[Data shown Boundary: Start]

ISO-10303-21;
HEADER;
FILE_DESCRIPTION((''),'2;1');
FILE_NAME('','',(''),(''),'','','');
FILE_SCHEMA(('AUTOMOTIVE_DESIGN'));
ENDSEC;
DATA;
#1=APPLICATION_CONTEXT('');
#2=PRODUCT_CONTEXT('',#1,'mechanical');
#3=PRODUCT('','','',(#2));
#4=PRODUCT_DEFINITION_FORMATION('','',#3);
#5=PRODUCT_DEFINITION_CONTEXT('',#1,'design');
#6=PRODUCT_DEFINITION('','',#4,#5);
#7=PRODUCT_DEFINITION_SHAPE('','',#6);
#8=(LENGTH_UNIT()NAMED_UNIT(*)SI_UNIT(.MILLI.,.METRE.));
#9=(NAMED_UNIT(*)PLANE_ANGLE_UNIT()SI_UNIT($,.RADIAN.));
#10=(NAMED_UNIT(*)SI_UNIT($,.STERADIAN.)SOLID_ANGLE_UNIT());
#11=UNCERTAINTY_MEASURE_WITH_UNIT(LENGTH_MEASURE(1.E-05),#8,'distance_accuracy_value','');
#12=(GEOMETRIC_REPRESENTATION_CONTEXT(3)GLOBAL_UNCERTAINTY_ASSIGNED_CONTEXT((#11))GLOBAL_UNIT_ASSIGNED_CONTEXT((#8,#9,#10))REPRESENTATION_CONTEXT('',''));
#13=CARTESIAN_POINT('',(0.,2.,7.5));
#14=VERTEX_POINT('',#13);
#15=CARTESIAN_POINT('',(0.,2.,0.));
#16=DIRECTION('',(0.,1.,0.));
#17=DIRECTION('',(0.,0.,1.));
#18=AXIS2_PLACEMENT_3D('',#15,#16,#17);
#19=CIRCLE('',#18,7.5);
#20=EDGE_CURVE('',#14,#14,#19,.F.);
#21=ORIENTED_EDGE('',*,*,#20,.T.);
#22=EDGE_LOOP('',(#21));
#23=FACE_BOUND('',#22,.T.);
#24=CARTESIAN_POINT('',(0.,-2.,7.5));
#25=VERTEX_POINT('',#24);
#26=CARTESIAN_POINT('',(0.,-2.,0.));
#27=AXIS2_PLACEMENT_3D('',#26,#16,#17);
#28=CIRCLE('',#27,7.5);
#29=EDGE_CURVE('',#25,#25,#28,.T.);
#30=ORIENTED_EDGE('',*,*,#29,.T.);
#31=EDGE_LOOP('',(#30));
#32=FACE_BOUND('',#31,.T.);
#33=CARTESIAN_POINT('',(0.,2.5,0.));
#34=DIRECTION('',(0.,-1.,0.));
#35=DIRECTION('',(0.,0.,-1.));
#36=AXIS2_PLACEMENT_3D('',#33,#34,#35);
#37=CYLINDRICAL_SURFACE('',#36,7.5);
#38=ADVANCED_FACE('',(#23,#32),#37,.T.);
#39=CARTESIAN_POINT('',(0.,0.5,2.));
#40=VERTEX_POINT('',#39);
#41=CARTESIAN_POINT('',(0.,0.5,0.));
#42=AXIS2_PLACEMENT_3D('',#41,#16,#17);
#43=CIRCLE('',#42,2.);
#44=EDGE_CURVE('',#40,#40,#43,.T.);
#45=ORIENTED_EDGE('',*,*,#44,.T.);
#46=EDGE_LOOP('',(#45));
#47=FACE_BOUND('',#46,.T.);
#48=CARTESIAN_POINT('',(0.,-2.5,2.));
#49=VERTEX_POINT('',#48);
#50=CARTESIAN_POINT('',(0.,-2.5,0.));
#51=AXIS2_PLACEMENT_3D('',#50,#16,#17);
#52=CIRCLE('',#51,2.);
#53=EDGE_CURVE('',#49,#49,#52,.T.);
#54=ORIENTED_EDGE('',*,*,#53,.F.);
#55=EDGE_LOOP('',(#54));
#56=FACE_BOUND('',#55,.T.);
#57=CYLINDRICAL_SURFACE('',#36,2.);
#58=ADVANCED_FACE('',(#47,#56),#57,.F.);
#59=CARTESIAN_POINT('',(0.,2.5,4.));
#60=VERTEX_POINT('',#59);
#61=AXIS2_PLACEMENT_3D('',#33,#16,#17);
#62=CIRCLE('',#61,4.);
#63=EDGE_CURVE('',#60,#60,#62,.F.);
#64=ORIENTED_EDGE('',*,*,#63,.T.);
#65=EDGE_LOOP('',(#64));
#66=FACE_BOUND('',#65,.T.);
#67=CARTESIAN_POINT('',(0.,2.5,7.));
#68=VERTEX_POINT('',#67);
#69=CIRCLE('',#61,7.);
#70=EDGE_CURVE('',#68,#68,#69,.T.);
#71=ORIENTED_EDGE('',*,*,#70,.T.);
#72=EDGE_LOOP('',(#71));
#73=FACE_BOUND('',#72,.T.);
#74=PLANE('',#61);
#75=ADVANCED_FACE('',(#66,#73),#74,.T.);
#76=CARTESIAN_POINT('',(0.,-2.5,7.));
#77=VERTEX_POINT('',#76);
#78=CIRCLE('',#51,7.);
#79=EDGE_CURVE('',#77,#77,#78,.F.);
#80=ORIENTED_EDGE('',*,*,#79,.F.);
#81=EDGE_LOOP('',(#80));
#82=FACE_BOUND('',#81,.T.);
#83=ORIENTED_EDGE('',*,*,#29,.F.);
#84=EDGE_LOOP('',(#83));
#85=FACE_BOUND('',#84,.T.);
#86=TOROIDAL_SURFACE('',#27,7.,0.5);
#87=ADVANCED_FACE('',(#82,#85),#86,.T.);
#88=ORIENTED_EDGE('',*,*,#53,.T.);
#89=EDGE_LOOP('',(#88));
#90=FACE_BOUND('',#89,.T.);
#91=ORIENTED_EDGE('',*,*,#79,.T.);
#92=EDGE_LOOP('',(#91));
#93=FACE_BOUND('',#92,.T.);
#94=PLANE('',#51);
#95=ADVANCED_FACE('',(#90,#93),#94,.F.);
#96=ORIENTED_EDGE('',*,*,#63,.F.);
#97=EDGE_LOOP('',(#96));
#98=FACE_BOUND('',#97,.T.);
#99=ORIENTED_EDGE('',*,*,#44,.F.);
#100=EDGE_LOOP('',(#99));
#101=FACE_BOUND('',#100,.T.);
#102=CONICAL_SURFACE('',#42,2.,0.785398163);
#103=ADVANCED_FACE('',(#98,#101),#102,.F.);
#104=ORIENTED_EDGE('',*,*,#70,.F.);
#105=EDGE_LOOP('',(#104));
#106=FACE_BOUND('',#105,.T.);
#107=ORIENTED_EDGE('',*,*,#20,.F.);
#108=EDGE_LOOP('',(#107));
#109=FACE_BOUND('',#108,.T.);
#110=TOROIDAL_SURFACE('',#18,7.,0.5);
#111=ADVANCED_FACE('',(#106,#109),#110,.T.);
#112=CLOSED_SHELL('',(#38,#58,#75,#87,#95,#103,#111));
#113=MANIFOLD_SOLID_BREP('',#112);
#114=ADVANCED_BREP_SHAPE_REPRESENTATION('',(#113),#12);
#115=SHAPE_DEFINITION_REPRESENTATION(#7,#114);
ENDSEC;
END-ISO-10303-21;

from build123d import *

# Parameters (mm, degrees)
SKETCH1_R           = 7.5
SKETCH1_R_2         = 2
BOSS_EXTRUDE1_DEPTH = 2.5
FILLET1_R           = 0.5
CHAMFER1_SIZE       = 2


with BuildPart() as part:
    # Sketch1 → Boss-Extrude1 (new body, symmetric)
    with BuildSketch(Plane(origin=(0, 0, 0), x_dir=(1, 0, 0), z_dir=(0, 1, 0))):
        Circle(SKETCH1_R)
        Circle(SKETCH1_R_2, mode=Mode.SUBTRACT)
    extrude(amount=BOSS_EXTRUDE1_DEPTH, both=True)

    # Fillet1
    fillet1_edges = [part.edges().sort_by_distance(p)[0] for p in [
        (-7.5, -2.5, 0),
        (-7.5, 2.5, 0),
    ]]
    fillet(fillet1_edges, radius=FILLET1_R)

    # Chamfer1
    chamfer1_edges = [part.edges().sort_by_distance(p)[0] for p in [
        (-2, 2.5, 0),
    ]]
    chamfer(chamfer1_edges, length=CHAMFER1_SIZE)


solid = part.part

[Data shown Boundary: End]

◆ To do ◆
Write out exactly the lines from the start of the material through the line with "#19=CIRCLE('',#18,7.5);". No other output is expected.

◆ Response ◆
ISO-10303-21;
HEADER;
FILE_DESCRIPTION((''),'2;1');
FILE_NAME('','',(''),(''),'','','');
FILE_SCHEMA(('AUTOMOTIVE_DESIGN'));
ENDSEC;
DATA;
#1=APPLICATION_CONTEXT('');
#2=PRODUCT_CONTEXT('',#1,'mechanical');
#3=PRODUCT('','','',(#2));
#4=PRODUCT_DEFINITION_FORMATION('','',#3);
#5=PRODUCT_DEFINITION_CONTEXT('',#1,'design');
#6=PRODUCT_DEFINITION('','',#4,#5);
#7=PRODUCT_DEFINITION_SHAPE('','',#6);
#8=(LENGTH_UNIT()NAMED_UNIT(*)SI_UNIT(.MILLI.,.METRE.));
#9=(NAMED_UNIT(*)PLANE_ANGLE_UNIT()SI_UNIT($,.RADIAN.));
#10=(NAMED_UNIT(*)SI_UNIT($,.STERADIAN.)SOLID_ANGLE_UNIT());
#11=UNCERTAINTY_MEASURE_WITH_UNIT(LENGTH_MEASURE(1.E-05),#8,'distance_accuracy_value','');
#12=(GEOMETRIC_REPRESENTATION_CONTEXT(3)GLOBAL_UNCERTAINTY_ASSIGNED_CONTEXT((#11))GLOBAL_UNIT_ASSIGNED_CONTEXT((#8,#9,#10))REPRESENTATION_CONTEXT('',''));
#13=CARTESIAN_POINT('',(0.,2.,7.5));
#14=VERTEX_POINT('',#13);
#15=CARTESIAN_POINT('',(0.,2.,0.));
#16=DIRECTION('',(0.,1.,0.));
#17=DIRECTION('',(0.,0.,1.));
#18=AXIS2_PLACEMENT_3D('',#15,#16,#17);
#19=CIRCLE('',#18,7.5);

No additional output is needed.